Below are several records. Retype exactly those lines running from the one with "v 296.807 81.455 2.5" through the one with "v 266.056 87.986 1.5", end lines included, and no others.

.....

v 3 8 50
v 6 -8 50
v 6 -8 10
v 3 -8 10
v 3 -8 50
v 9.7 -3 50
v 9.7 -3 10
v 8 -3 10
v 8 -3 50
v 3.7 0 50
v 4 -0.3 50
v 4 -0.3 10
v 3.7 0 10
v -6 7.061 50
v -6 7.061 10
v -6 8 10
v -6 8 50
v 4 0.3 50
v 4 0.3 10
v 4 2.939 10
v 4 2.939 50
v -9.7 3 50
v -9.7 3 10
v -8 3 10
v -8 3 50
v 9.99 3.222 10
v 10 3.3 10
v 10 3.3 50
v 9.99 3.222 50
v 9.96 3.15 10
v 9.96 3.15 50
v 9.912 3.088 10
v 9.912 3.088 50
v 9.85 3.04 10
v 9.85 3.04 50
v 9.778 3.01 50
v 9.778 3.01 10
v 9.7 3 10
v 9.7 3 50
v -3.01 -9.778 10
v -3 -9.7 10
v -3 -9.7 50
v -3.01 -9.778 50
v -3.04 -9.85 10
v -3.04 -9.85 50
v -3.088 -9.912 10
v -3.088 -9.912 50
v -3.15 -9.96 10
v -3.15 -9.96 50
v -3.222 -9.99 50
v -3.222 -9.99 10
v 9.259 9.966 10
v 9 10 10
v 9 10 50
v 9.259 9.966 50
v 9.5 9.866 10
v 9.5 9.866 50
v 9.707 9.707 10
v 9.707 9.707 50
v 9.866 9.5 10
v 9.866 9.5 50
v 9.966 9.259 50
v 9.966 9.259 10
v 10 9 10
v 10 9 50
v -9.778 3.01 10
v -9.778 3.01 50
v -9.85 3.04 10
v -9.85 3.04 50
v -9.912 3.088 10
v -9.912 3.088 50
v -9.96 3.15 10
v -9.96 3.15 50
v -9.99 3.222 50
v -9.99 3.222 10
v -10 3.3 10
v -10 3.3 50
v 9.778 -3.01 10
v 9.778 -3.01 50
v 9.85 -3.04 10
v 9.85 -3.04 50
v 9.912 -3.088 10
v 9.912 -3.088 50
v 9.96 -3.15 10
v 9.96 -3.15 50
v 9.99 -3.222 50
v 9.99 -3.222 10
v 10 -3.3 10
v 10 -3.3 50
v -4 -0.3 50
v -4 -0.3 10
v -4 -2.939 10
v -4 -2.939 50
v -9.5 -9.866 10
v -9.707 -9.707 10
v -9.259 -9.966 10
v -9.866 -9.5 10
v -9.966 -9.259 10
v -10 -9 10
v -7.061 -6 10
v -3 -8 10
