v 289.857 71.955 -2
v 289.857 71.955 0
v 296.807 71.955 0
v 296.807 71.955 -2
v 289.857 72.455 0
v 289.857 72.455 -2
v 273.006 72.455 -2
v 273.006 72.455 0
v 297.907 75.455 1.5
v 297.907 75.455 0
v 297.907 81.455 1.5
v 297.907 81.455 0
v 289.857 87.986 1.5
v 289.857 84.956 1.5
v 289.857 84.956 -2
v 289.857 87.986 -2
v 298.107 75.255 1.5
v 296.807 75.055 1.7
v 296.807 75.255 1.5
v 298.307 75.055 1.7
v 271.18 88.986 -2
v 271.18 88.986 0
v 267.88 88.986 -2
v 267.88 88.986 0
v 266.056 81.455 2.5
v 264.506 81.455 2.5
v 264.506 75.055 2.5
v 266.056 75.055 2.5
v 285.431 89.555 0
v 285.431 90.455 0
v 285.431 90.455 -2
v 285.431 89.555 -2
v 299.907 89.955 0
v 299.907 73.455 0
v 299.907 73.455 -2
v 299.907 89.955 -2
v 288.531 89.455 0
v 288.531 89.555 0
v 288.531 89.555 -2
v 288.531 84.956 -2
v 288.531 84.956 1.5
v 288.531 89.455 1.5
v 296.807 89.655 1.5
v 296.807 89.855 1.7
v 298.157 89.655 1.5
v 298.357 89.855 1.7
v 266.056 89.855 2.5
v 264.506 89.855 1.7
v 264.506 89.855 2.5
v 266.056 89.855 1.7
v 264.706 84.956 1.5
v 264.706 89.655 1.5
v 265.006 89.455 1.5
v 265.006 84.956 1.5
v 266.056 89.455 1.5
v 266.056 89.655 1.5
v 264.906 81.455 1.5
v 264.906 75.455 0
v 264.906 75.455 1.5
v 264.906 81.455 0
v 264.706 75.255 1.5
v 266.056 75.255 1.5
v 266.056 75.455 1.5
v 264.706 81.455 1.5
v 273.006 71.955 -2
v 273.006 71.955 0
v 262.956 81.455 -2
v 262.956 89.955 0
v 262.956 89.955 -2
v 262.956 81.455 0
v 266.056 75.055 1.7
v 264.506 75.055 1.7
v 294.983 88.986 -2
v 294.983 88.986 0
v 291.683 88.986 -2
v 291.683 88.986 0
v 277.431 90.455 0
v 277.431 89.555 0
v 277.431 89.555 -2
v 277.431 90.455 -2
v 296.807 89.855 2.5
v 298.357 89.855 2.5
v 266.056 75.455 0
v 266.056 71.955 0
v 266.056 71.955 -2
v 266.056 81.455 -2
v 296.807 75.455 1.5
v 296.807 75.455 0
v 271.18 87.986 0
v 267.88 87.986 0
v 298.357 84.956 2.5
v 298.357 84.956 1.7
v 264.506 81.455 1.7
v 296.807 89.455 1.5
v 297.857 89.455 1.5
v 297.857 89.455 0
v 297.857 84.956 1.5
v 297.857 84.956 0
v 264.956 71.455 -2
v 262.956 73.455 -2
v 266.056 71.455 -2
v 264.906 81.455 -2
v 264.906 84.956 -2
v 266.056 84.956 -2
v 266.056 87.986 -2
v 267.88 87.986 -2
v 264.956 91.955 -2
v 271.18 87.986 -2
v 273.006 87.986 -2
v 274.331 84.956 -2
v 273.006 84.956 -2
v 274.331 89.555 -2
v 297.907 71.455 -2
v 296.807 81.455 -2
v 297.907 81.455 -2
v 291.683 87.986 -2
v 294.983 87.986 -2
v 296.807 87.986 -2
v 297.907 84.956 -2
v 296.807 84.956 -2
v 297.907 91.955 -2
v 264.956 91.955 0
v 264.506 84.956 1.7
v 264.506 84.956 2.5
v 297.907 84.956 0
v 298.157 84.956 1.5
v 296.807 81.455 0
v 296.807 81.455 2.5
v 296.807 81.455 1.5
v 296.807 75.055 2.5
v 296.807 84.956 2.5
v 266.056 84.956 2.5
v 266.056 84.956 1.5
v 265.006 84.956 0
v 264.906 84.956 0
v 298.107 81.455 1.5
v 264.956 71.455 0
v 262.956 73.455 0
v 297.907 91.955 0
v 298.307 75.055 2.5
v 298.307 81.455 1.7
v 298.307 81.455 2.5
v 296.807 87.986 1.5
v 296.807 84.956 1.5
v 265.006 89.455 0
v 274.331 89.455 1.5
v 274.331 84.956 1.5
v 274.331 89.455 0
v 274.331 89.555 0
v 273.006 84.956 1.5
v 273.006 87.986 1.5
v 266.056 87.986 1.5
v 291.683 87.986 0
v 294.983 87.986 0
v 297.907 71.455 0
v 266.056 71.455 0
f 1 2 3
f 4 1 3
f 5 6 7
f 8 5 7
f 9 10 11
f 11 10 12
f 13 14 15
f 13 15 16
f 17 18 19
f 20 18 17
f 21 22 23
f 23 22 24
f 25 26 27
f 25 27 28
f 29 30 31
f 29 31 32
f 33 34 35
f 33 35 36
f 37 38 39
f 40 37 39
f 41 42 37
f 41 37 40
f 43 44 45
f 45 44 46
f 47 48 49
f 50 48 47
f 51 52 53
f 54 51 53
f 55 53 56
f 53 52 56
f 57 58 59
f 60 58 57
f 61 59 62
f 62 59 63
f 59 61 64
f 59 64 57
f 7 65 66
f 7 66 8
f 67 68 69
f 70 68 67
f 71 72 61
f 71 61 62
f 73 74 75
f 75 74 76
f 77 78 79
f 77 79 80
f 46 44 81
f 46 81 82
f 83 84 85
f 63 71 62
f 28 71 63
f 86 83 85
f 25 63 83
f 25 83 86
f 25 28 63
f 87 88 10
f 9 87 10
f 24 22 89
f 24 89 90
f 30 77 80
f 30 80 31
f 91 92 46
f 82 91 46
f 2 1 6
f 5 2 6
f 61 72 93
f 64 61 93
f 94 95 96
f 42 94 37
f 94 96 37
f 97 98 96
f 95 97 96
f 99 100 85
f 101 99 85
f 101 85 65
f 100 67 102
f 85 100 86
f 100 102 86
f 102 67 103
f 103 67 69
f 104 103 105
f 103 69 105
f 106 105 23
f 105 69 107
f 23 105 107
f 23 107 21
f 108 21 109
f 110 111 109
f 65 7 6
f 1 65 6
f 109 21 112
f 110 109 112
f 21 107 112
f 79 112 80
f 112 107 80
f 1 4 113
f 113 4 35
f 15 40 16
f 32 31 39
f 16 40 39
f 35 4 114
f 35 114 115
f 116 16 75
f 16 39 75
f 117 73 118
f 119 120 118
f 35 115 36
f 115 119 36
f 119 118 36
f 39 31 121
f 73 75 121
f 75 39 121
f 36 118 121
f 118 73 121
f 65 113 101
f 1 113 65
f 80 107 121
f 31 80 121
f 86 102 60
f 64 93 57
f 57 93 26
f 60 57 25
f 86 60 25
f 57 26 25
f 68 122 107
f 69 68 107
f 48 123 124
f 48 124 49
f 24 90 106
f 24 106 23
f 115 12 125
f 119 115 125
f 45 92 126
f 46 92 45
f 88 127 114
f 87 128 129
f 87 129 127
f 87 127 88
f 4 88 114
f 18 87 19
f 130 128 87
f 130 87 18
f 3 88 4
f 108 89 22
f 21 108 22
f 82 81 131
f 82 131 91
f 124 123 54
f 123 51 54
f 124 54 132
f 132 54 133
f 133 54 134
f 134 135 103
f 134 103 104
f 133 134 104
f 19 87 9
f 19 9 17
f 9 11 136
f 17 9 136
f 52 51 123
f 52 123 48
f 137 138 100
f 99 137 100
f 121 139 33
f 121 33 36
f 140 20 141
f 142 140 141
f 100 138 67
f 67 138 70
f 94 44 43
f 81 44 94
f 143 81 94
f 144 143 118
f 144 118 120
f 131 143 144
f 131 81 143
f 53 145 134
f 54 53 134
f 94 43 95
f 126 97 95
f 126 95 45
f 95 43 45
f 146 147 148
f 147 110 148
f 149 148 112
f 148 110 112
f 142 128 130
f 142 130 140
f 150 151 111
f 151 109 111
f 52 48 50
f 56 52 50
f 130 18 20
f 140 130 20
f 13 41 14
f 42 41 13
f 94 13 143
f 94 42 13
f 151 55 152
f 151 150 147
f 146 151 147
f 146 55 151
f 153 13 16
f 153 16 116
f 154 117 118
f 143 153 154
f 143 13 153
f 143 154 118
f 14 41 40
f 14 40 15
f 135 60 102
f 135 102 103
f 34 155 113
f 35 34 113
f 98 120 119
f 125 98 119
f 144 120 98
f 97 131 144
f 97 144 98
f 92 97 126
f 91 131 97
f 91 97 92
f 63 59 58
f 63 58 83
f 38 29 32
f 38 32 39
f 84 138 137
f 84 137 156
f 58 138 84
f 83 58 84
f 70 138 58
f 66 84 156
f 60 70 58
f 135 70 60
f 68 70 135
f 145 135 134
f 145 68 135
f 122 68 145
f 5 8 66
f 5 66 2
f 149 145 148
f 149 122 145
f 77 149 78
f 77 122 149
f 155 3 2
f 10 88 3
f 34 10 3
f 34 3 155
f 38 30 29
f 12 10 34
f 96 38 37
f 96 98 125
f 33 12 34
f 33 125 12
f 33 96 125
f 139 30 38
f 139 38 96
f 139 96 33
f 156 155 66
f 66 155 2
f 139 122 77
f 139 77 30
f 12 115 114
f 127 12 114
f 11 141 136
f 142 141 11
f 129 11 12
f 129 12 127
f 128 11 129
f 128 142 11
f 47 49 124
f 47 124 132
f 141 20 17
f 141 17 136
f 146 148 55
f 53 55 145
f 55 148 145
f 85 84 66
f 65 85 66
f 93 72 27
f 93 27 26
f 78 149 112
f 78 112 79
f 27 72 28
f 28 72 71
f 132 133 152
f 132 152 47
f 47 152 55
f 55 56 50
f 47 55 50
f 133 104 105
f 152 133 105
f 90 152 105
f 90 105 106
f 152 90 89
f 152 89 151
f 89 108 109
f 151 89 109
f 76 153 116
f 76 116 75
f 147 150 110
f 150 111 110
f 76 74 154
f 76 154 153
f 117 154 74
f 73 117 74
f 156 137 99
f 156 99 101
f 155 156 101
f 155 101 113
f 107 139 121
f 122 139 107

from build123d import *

# Parameters (mm, degrees)
SKETCH2_W           = 30.751006124
SKETCH2_H           = 0.5
SKETCH2_W_2         = 3.100075991
SKETCH2_H_2         = 10.000695173
SKETCH2_W_3         = 2
SKETCH2_H_3         = 3.50017022
SKETCH2_W_4         = 1.95
BOSS_EXTRUDE1_DEPTH = 2
SKETCH3_W           = 1.150075991
SKETCH3_H           = 6.000695173
SKETCH3_W_2         = 1.100075991
BOSS_EXTRUDE2_DEPTH = 1.5
SKETCH4_W           = 1.550075991
SKETCH4_H           = 4.899134607
SKETCH4_H_2         = 6.400695173
SKETCH4_W_2         = 1.500075991
BOSS_EXTRUDE3_DEPTH = 1
CHAMFER1_SIZE       = 0.2
CUT_EXTRUDE1_START  = -2
SKETCH5_W           = 3.300200616
SKETCH5_H           = 1
SKETCH5_W_2         = 3.300200617
CUT_EXTRUDE1_DEPTH  = 2
SKETCH8_W           = 16.850185419
SKETCH8_H           = 0.5
BOSS_EXTRUDE4_DEPTH = 2
CHAMFER2_SIZE       = 2


with BuildPart() as part:
    # Sketch2 → Boss-Extrude1 (new body)
    with BuildSketch(Plane.XY):
        Polygon((277.431409328, 90.45473243), (281.431409328, 90.45473243), (281.431409328, 91.95473243), (262.955830275, 91.95473243), (262.955830275, 84.955597823), (264.905830275, 84.955597823), (266.055906266, 84.955597823), (266.055906266, 87.985794184), (273.006316619, 87.985794184), (273.006316619, 84.955597823), (274.331409328, 84.955597823), (274.331409328, 89.55473243), (277.431409328, 89.55473243), align=None)
        Polygon((281.431409328, 91.95473243), (281.431409328, 90.45473243), (285.431409328, 90.45473243), (285.431409328, 89.55473243), (288.531409328, 89.55473243), (288.531409328, 84.955597823), (289.856502038, 84.955597823), (289.856502038, 87.985794184), (296.80691239, 87.985794184), (296.80691239, 84.955597823), (297.906988381, 84.955597823), (299.906988381, 84.955597823), (299.906988381, 91.95473243), align=None)
        with Locations((281.431409328, 71.70473243)):
            Rectangle(SKETCH2_W, SKETCH2_H)
        with Locations((264.505868271, 76.455080017)):
            Rectangle(SKETCH2_W_2, SKETCH2_H_2)
        Polygon((299.906988381, 71.45473243), (299.906988381, 81.455427603), (297.906988381, 81.455427603), (296.80691239, 81.455427603), (296.80691239, 71.95473243), (296.80691239, 71.45473243), align=None)
        with Locations((298.906988381, 83.205512713)):
            Rectangle(SKETCH2_W_3, SKETCH2_H_3)
        with Locations((263.930830275, 83.205512713)):
            Rectangle(SKETCH2_W_4, SKETCH2_H_3)
    extrude(amount=-BOSS_EXTRUDE1_DEPTH)

    # Sketch3 → Boss-Extrude2 (add)
    with BuildSketch(Plane.XY):
        Polygon((265.005830275, 84.955597823), (266.055906266, 84.955597823), (266.055906266, 87.985794184), (273.006316619, 87.985794184), (273.006316619, 84.955597823), (274.331409328, 84.955597823), (274.331409328, 89.45473243), (265.005830275, 89.45473243), align=None)
        with Locations((265.480868271, 78.455080017)):
            Rectangle(SKETCH3_W, SKETCH3_H)
        with Locations((297.356950385, 78.455080017)):
            Rectangle(SKETCH3_W_2, SKETCH3_H)
        Polygon((288.531409328, 89.45473243), (288.531409328, 84.955597823), (289.856502038, 84.955597823), (289.856502038, 87.985794184), (296.80691239, 87.985794184), (296.80691239, 84.955597823), (297.856988381, 84.955597823), (297.856988381, 89.45473243), align=None)
    extrude(amount=BOSS_EXTRUDE2_DEPTH)

    # Sketch4 → Boss-Extrude3 (add)
    with BuildSketch(Plane.XY.offset(1.5)):
        with Locations((265.280868271, 87.405165127)):
            Rectangle(SKETCH4_W, SKETCH4_H)
        with Locations((265.280868271, 78.255080017)):
            Rectangle(SKETCH4_W, SKETCH4_H_2)
        with Locations((297.556950386, 78.255080017)):
            Rectangle(SKETCH4_W_2, SKETCH4_H_2)
        with Locations((297.581950386, 87.405165127)):
            Rectangle(SKETCH4_W, SKETCH4_H)
    extrude(amount=BOSS_EXTRUDE3_DEPTH)

    # Chamfer1
    chamfer1_edges = [part.edges().sort_by_distance(p)[0] for p in [
        (298.356988381, 87.405165127, 1.5),
        (297.581950386, 89.85473243, 1.5),
        (297.556950386, 75.05473243, 1.5),
        (298.306988381, 78.255080016, 1.5),
        (265.280868271, 75.05473243, 1.5),
        (264.505830275, 78.255080016, 1.5),
        (265.280868271, 89.85473243, 1.5),
        (264.505830275, 87.405165127, 1.5),
    ]]
    chamfer(chamfer1_edges, length=CHAMFER1_SIZE)

    # Sketch5 → Cut-Extrude1 (cut)
    with BuildSketch(Plane(origin=(0, 0, -2), x_dir=(-1, 0, 0), z_dir=(0, 0, -1)).offset(CUT_EXTRUDE1_START)):
        with Locations((-269.530111382, 88.485794184)):
            Rectangle(SKETCH5_W, SKETCH5_H)
        with Locations((-293.332707275, 88.485794184)):
            Rectangle(SKETCH5_W_2, SKETCH5_H)
    extrude(amount=CUT_EXTRUDE1_DEPTH, mode=Mode.SUBTRACT)

    # Sketch8 → Boss-Extrude4 (add)
    with BuildSketch(Plane(origin=(0, 0, -2), x_dir=(-1, 0, 0), z_dir=(0, 0, -1))):
        with Locations((-281.431409329, 72.20473243)):
            Rectangle(SKETCH8_W, SKETCH8_H)
    extrude(amount=-BOSS_EXTRUDE4_DEPTH)

    # Chamfer2
    chamfer2_edges = [part.edges().sort_by_distance(p)[0] for p in [
        (262.955830275, 91.95473243, -1),
        (299.906988381, 91.95473243, -1),
        (262.955830275, 71.45473243, -1),
        (299.906988381, 71.45473243, -1),
    ]]
    chamfer(chamfer2_edges, length=CHAMFER2_SIZE)


solid = part.part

.....

▸ **FINAL ANSWER**
v 296.807 81.455 2.5
v 296.807 81.455 1.5
v 296.807 75.055 2.5
v 296.807 84.956 2.5
v 266.056 84.956 2.5
v 266.056 84.956 1.5
v 265.006 84.956 0
v 264.906 84.956 0
v 298.107 81.455 1.5
v 264.956 71.455 0
v 262.956 73.455 0
v 297.907 91.955 0
v 298.307 75.055 2.5
v 298.307 81.455 1.7
v 298.307 81.455 2.5
v 296.807 87.986 1.5
v 296.807 84.956 1.5
v 265.006 89.455 0
v 274.331 89.455 1.5
v 274.331 84.956 1.5
v 274.331 89.455 0
v 274.331 89.555 0
v 273.006 84.956 1.5
v 273.006 87.986 1.5
v 266.056 87.986 1.5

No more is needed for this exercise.